A recent article co-authored by Alan Thorne, a leading multiregionalist, suggested, on the
basis of mtDNA results from ancient Australian bones, that some Australians may have left Africa in an earlier migration: Adcock, G.J. et al. (2001) ‘Mitochondrial DNA sequences in ancient Australians: Implications for modern human origins’
Proceedings of the National Academy of Sciences USA
98
(2): 537–42. An immediate response from scientists working in the same field roundly condemned the study on the basis of methods, data presented, and underlying argument: Cooper, A. et al. (2001) ‘Human origins and ancient DNA’
Science
292
: 1655–6. The discussion is rather technical and involved,
and
I mostly agree with the counterarguments given in the response by Cooper, A. et al. Mainly at issue was mtDNA extracted from one of the oldest sets of skeletal remains (possibly 62,000 years old – a date challenged again recently) found at Lake Mungo in the Willandra Lakes region of south-west Australia (LM3). Adcock and co-authors (op. cit.) argued that this mtDNA came from an earlier human branch. Cooper et al. (op. cit.) convincingly undermined their claim.

A significant aspect not disputed by either side was that the skull of the LM3 individual (and all others of the same vintage) was anatomically modern and gracile (light-boned), like those of most modern non-Africans. So there still seems little doubt that the
first
immigrants to Australia were descendants of the single out-of-Africa movement. So far, there is no convincing genetic evidence among living Aboriginal Australians to challenge this view (but see my qualifications below).

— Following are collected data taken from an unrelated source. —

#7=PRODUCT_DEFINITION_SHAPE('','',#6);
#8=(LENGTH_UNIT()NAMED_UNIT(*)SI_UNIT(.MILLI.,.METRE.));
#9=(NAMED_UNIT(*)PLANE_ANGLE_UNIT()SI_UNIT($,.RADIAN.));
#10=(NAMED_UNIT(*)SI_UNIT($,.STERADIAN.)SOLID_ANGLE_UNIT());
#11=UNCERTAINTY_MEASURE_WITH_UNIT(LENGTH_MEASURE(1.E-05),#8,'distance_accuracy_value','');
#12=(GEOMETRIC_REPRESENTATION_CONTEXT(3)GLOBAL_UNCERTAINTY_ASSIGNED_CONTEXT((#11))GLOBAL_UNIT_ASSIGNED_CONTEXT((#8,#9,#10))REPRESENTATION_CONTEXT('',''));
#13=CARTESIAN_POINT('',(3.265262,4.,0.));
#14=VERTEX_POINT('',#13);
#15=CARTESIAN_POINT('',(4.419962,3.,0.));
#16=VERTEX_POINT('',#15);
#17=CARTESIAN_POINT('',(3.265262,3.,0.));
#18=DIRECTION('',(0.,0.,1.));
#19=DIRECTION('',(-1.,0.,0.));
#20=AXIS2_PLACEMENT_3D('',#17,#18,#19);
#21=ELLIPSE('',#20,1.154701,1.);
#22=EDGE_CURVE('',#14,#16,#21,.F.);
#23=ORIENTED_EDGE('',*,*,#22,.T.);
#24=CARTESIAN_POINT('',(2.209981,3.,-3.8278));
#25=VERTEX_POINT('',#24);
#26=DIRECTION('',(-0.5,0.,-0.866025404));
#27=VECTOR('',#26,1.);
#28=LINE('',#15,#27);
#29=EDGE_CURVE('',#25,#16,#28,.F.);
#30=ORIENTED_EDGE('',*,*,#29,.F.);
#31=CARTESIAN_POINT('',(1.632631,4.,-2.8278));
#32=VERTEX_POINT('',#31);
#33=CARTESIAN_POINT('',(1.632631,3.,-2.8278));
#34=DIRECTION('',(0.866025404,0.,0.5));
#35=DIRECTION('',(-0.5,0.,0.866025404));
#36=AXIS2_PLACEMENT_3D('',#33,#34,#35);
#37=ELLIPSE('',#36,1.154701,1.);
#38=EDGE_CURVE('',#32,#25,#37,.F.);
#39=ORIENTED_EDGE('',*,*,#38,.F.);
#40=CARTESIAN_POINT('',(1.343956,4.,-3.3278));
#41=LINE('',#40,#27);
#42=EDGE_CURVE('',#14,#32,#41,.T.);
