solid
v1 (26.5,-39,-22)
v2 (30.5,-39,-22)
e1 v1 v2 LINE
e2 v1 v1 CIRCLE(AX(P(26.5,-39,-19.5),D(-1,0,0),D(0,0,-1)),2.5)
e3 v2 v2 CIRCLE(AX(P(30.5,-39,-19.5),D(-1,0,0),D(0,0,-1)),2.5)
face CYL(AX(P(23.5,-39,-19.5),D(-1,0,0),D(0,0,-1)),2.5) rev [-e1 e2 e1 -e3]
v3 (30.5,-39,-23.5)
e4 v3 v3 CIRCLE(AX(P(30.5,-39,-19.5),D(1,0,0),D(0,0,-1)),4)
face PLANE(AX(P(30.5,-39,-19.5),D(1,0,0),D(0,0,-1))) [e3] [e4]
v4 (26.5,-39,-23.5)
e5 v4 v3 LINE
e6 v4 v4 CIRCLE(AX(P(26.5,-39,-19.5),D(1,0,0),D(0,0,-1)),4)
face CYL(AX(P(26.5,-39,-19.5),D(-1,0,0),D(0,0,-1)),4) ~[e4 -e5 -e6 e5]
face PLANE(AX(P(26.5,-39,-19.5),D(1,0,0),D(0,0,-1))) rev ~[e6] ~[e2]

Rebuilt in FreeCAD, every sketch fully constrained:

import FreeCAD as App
import Part
import Sketcher
from FreeCAD import Vector
Q = App.Units.Quantity

doc = App.newDocument("Part")
body = doc.addObject("PartDesign::Body", "Body")

sketch1 = body.newObject("Sketcher::SketchObject", "Sketch")
sketch1.AttachmentSupport = (doc.getObject("YZ_Plane"), [""])
sketch1.MapMode = "FlatFace"
sketch1.AttachmentOffset = App.Placement(Vector(0, 0, 23.5), App.Rotation())
sketch1.addGeometry(Part.Circle(Vector(-39, -22, 0), Vector(0, 0, 1), 2.5), False)
sketch1.addConstraint([
    Sketcher.Constraint("Diameter", 0, Q("5 mm")),
    Sketcher.Constraint("DistanceX", 0, 3, -1, 1, Q("39 mm")),
    Sketcher.Constraint("DistanceY", 0, 3, -1, 1, Q("22 mm")),
])
pad1 = body.newObject("PartDesign::Pad", "Pad")
pad1.Profile = sketch1
pad1.Length = 10
body2 = doc.addObject("PartDesign::Body", "Body001")

sketch2 = body2.newObject("Sketcher::SketchObject", "Sketch001")
sketch2.AttachmentSupport = (doc.getObject("YZ_Plane001"), [""])
sketch2.MapMode = "FlatFace"
sketch2.AttachmentOffset = App.Placement(Vector(0, 0, 26.5), App.Rotation())
sketch2.addGeometry(Part.Circle(Vector(-39, -22, 0), Vector(0, 0, 1), 4), False)
sketch2.addConstraint([
    Sketcher.Constraint("Diameter", 0, Q("8 mm")),
    Sketcher.Constraint("DistanceX", 0, 3, -1, 1, Q("39 mm")),
    Sketcher.Constraint("DistanceY", 0, 3, -1, 1, Q("22 mm")),
])
pad2 = body2.newObject("PartDesign::Pad", "Pad001")
pad2.Profile = sketch2
pad2.Length = 4
doc.recompute()

boolean = body2.newObject("PartDesign::Boolean", "Boolean")
boolean.Type = "Cut"
boolean.addObjects([body])
body3 = doc.addObject("PartDesign::Body", "Body002")
doc.recompute()

body2.Placement = App.Placement(Vector(0, 0, 2.5), App.Rotation(Vector(0, 0, 1), 0))
boolean2 = body3.newObject("PartDesign::Boolean", "Boolean001")
boolean2.Type = "Fuse"
boolean2.addObjects([body2])

doc.recompute()
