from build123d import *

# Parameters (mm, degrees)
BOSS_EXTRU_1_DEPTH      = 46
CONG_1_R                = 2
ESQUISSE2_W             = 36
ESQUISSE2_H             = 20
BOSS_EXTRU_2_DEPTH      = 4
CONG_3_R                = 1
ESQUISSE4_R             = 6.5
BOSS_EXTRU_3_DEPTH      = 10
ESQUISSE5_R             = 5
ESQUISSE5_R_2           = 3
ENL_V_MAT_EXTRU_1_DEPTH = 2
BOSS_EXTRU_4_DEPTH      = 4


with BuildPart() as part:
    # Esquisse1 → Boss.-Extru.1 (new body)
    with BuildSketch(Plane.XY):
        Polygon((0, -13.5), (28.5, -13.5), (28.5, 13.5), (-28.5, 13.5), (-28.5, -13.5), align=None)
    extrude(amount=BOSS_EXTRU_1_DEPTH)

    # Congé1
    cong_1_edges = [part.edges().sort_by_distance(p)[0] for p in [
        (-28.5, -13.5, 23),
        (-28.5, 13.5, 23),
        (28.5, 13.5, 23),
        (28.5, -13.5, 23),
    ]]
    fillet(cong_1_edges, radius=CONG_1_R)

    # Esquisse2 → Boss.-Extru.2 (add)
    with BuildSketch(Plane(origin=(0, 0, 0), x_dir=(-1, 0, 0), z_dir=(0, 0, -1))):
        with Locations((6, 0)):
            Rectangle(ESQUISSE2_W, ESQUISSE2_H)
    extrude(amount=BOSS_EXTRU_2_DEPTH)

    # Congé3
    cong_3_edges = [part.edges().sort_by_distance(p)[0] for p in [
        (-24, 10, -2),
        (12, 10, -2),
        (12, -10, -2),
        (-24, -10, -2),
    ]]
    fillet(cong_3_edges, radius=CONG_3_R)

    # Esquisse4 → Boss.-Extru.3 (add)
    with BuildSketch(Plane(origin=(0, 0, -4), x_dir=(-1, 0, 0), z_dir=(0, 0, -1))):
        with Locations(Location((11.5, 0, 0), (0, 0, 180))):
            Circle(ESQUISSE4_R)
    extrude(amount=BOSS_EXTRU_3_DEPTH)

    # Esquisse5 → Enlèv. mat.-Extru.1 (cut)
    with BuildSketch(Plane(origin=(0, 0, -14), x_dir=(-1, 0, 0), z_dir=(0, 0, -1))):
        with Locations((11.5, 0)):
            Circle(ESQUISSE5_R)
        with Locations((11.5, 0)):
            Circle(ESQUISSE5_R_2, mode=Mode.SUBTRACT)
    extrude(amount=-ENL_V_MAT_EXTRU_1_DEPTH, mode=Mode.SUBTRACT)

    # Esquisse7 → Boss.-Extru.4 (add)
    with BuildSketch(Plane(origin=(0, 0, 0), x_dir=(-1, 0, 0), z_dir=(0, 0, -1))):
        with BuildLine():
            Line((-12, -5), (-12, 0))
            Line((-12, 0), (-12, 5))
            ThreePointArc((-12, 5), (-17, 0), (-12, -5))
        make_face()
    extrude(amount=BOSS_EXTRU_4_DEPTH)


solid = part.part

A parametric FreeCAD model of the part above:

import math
import FreeCAD as App
import Part
import Sketcher
from FreeCAD import Vector
Q = App.Units.Quantity


def edges_at(feature, points):
    """Names of the edges that pass closest to the given points."""
    edges = feature.Shape.Edges
    near = lambda p: min(range(len(edges)), key=lambda i: edges[i].distToShape(Part.Vertex(*p))[0])
    return sorted({f"Edge{near(p) + 1}" for p in points})


def add_polygon(sketch, points):
    """Adds a closed chain of lines whose ends are joined by coincident constraints."""
    first, n = sketch.GeometryCount, len(points)
    for a, b in zip(points, points[1:] + points[:1]):
        sketch.addGeometry(Part.LineSegment(App.Vector(*a, 0), App.Vector(*b, 0)), False)
    for i in range(n):
        sketch.addConstraint(Sketcher.Constraint("Coincident", first + i, 2, first + (i + 1) % n, 1))

doc = App.newDocument("Part")
params = doc.addObject("Spreadsheet::Sheet", "Params")
for row, (alias, value) in enumerate([
    ("sketch1_width", "57 mm"),
    ("sketch1_height", "27 mm"),
    ("pad1_length", "46 mm"),
    ("fillet_radius", "2 mm"),
    ("sketch2_width", "36 mm"),
    ("sketch2_height", "20 mm"),
    ("pad2_length", "4 mm"),
    ("fillet2_radius", "1 mm"),
    ("sketch3_diameter", "13 mm"),
    ("pad3_length", "10 mm"),
    ("sketch4_diameter", "10 mm"),
    ("sketch4_diameter2", "6 mm"),
    ("pocket1_length", "2 mm"),
    ("sketch5_radius", "5 mm"),
    ("pad4_length", "4 mm"),
], start=1):
    params.set(f"A{row}", alias)
    params.set(f"B{row}", "=" + value)
    params.setAlias(f"B{row}", alias)

body = doc.addObject("PartDesign::Body", "Body")

# Sketch on XY plane
sketch1 = body.newObject("Sketcher::SketchObject", "Sketch")
sketch1.AttachmentSupport = (doc.getObject("XY_Plane"), [""])
sketch1.MapMode = "FlatFace"
add_polygon(sketch1, [(28, -14), (28, 14), (-28, 14), (-28, -14)])  # lines 0-3
sketch1.addConstraint(Sketcher.Constraint("Vertical", 0))
sketch1.addConstraint(Sketcher.Constraint("Horizontal", 1))
sketch1.addConstraint(Sketcher.Constraint("Vertical", 2))
sketch1.addConstraint(Sketcher.Constraint("Horizontal", 3))
sketch1.addConstraint(Sketcher.Constraint("Symmetric", 0, 2, 2, 2, -1, 1))
sketch1.addConstraint(Sketcher.Constraint("DistanceX", 1, 2, 1, 1, Q("57 mm")))
sketch1.addConstraint(Sketcher.Constraint("DistanceY", 0, 1, 0, 2, Q("27 mm")))
sketch1.setExpression("Constraints[9]", "Params.sketch1_width")
sketch1.setExpression("Constraints[10]", "Params.sketch1_height")
pad1 = body.newObject("PartDesign::Pad", "Pad")
pad1.Profile = sketch1
pad1.setExpression("Length", "Params.pad1_length")
doc.recompute()

fillet = body.newObject("PartDesign::Fillet", "Fillet")
fillet.Base = (pad1, edges_at(pad1, [
    (-28.5, -13.5, 23),
    (-28.5, 13.5, 23),
    (28.5, 13.5, 23),
    (28.5, -13.5, 23),
]))
fillet.setExpression("Radius", "Params.fillet_radius")

# Sketch on XY plane
sketch2 = body.newObject("Sketcher::SketchObject", "Sketch001")
sketch2.AttachmentSupport = (doc.getObject("XY_Plane"), [""])
sketch2.MapMode = "FlatFace"
add_polygon(sketch2, [(12, 10), (12, -10), (-24, -10), (-24, 10)])  # lines 0-3
sketch2.addConstraint(Sketcher.Constraint("Vertical", 0))
sketch2.addConstraint(Sketcher.Constraint("Horizontal", 1))
sketch2.addConstraint(Sketcher.Constraint("Vertical", 2))
sketch2.addConstraint(Sketcher.Constraint("Horizontal", 3))
sketch2.addConstraint(Sketcher.Constraint("DistanceX", 1, 2, 1, 1, Q("36 mm")))
sketch2.addConstraint(Sketcher.Constraint("DistanceY", 0, 2, 0, 1, Q("20 mm")))
sketch2.addConstraint(Sketcher.Constraint("DistanceX", -1, 1, 0, 2, Q("12 mm")))
sketch2.addConstraint(Sketcher.Constraint("DistanceY", 0, 2, -1, 1, Q("10 mm")))
sketch2.setExpression("Constraints[8]", "Params.sketch2_width")
sketch2.setExpression("Constraints[9]", "Params.sketch2_height")
pad2 = body.newObject("PartDesign::Pad", "Pad001")
pad2.Profile = sketch2
pad2.setExpression("Length", "Params.pad2_length")
pad2.Reversed = True
doc.recompute()

fillet2 = body.newObject("PartDesign::Fillet", "Fillet001")
fillet2.Base = (pad2, edges_at(pad2, [
    (-24, 10, -2),
    (12, 10, -2),
    (12, -10, -2),
    (-24, -10, -2),
]))
fillet2.setExpression("Radius", "Params.fillet2_radius")

# Sketch on XY plane
sketch3 = body.newObject("Sketcher::SketchObject", "Sketch002")
sketch3.AttachmentSupport = (doc.getObject("XY_Plane"), [""])
sketch3.MapMode = "FlatFace"
sketch3.AttachmentOffset = App.Placement(Vector(0, 0, -4), App.Rotation())
sketch3.addGeometry(Part.Circle(Vector(-12, 0, 0), Vector(0, 0, 1), 6), False)
sketch3.addConstraint(Sketcher.Constraint("PointOnObject", 0, 3, -1))
sketch3.addConstraint(Sketcher.Constraint("Diameter", 0, Q("13 mm")))
sketch3.addConstraint(Sketcher.Constraint("DistanceX", 0, 3, -1, 1, Q("11.5 mm")))
sketch3.setExpression("Constraints[1]", "Params.sketch3_diameter")
pad3 = body.newObject("PartDesign::Pad", "Pad002")
pad3.Profile = sketch3
pad3.setExpression("Length", "Params.pad3_length")
pad3.Reversed = True

# Sketch on XY plane
sketch4 = body.newObject("Sketcher::SketchObject", "Sketch003")
sketch4.AttachmentSupport = (doc.getObject("XY_Plane"), [""])
sketch4.MapMode = "FlatFace"
sketch4.AttachmentOffset = App.Placement(Vector(0, 0, -14), App.Rotation())
sketch4.addGeometry(Part.Circle(Vector(-11.5, 0, 0), Vector(0, 0, 1), 5), False)
sketch4.addGeometry(Part.Circle(Vector(-11.5, 0, 0), Vector(0, 0, 1), 3), False)
sketch4.addConstraint(Sketcher.Constraint("Coincident", 1, 3, 0, 3))
sketch4.addConstraint(Sketcher.Constraint("PointOnObject", 0, 3, -1))
sketch4.addConstraint(Sketcher.Constraint("Diameter", 0, Q("10 mm")))
sketch4.addConstraint(Sketcher.Constraint("Diameter", 1, Q("6 mm")))
sketch4.addConstraint(Sketcher.Constraint("DistanceX", 0, 3, -1, 1, Q("11.5 mm")))
sketch4.setExpression("Constraints[2]", "Params.sketch4_diameter")
sketch4.setExpression("Constraints[3]", "Params.sketch4_diameter2")
pocket1 = body.newObject("PartDesign::Pocket", "Pocket")
pocket1.Profile = sketch4
pocket1.setExpression("Length", "Params.pocket1_length")
pocket1.Reversed = True

# Sketch on XY plane
sketch5 = body.newObject("Sketcher::SketchObject", "Sketch004")
sketch5.AttachmentSupport = (doc.getObject("XY_Plane"), [""])
sketch5.MapMode = "FlatFace"
sketch5.addGeometry(Part.LineSegment(Vector(12, -5, 0), Vector(12, 5, 0)), False)
sketch5.addGeometry(Part.ArcOfCircle(Part.Circle(Vector(12, 0, 0), Vector(0, 0, 1), 5), math.radians(-90), math.radians(90)), False)
sketch5.addConstraint(Sketcher.Constraint("Coincident", 0, 1, 1, 1))
sketch5.addConstraint(Sketcher.Constraint("Coincident", 1, 2, 0, 2))
sketch5.addConstraint(Sketcher.Constraint("Vertical", 0))
sketch5.addConstraint(Sketcher.Constraint("PointOnObject", 1, 3, -1))
sketch5.addConstraint(Sketcher.Constraint("Vertical", 1, 3, 0, 1))
sketch5.addConstraint(Sketcher.Constraint("Radius", 1, Q("5 mm")))
sketch5.addConstraint(Sketcher.Constraint("DistanceX", -1, 1, 1, 3, Q("12 mm")))
sketch5.setExpression("Constraints[5]", "Params.sketch5_radius")
pad4 = body.newObject("PartDesign::Pad", "Pad003")
pad4.Profile = sketch5
pad4.setExpression("Length", "Params.pad4_length")
pad4.Reversed = True

doc.recompute()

To do justice to the multiregionalists, however, there remains a significant problem with later prehistoric Australian skulls, which had much more robust (heavy-boned) features. These skulls, found in Kow Swamp and the Willandra Lakes region of south-west Australia and dated to approximately the last glacial maximum (LGM) onwards, are best represented by the WLH50 skullcap. These could possibly represent a secondary migration into Australia at the very low sea level of the LGM. This scenario is implicit (if not explicitly noted) in the discussion by the leading multiregionalist Milford Wolpoff (Wolpoff, M. (1999)
Paleoanthropology
(McGraw-Hill, Boston) pp. 738–40). Multiregionalist Alan Thorne had argued that these robust skulls may represent another species, Java
Homo erectus
, who hybridized with the gracile type (Thorne, A.G. (1980) ‘The longest link: Human evolution in Southeast Asia and the settlement of Australia’ in J. Fox et al. (eds)
Indonesia: Australian Perspectives
(Australian National University, Canberra) pp. 35–43).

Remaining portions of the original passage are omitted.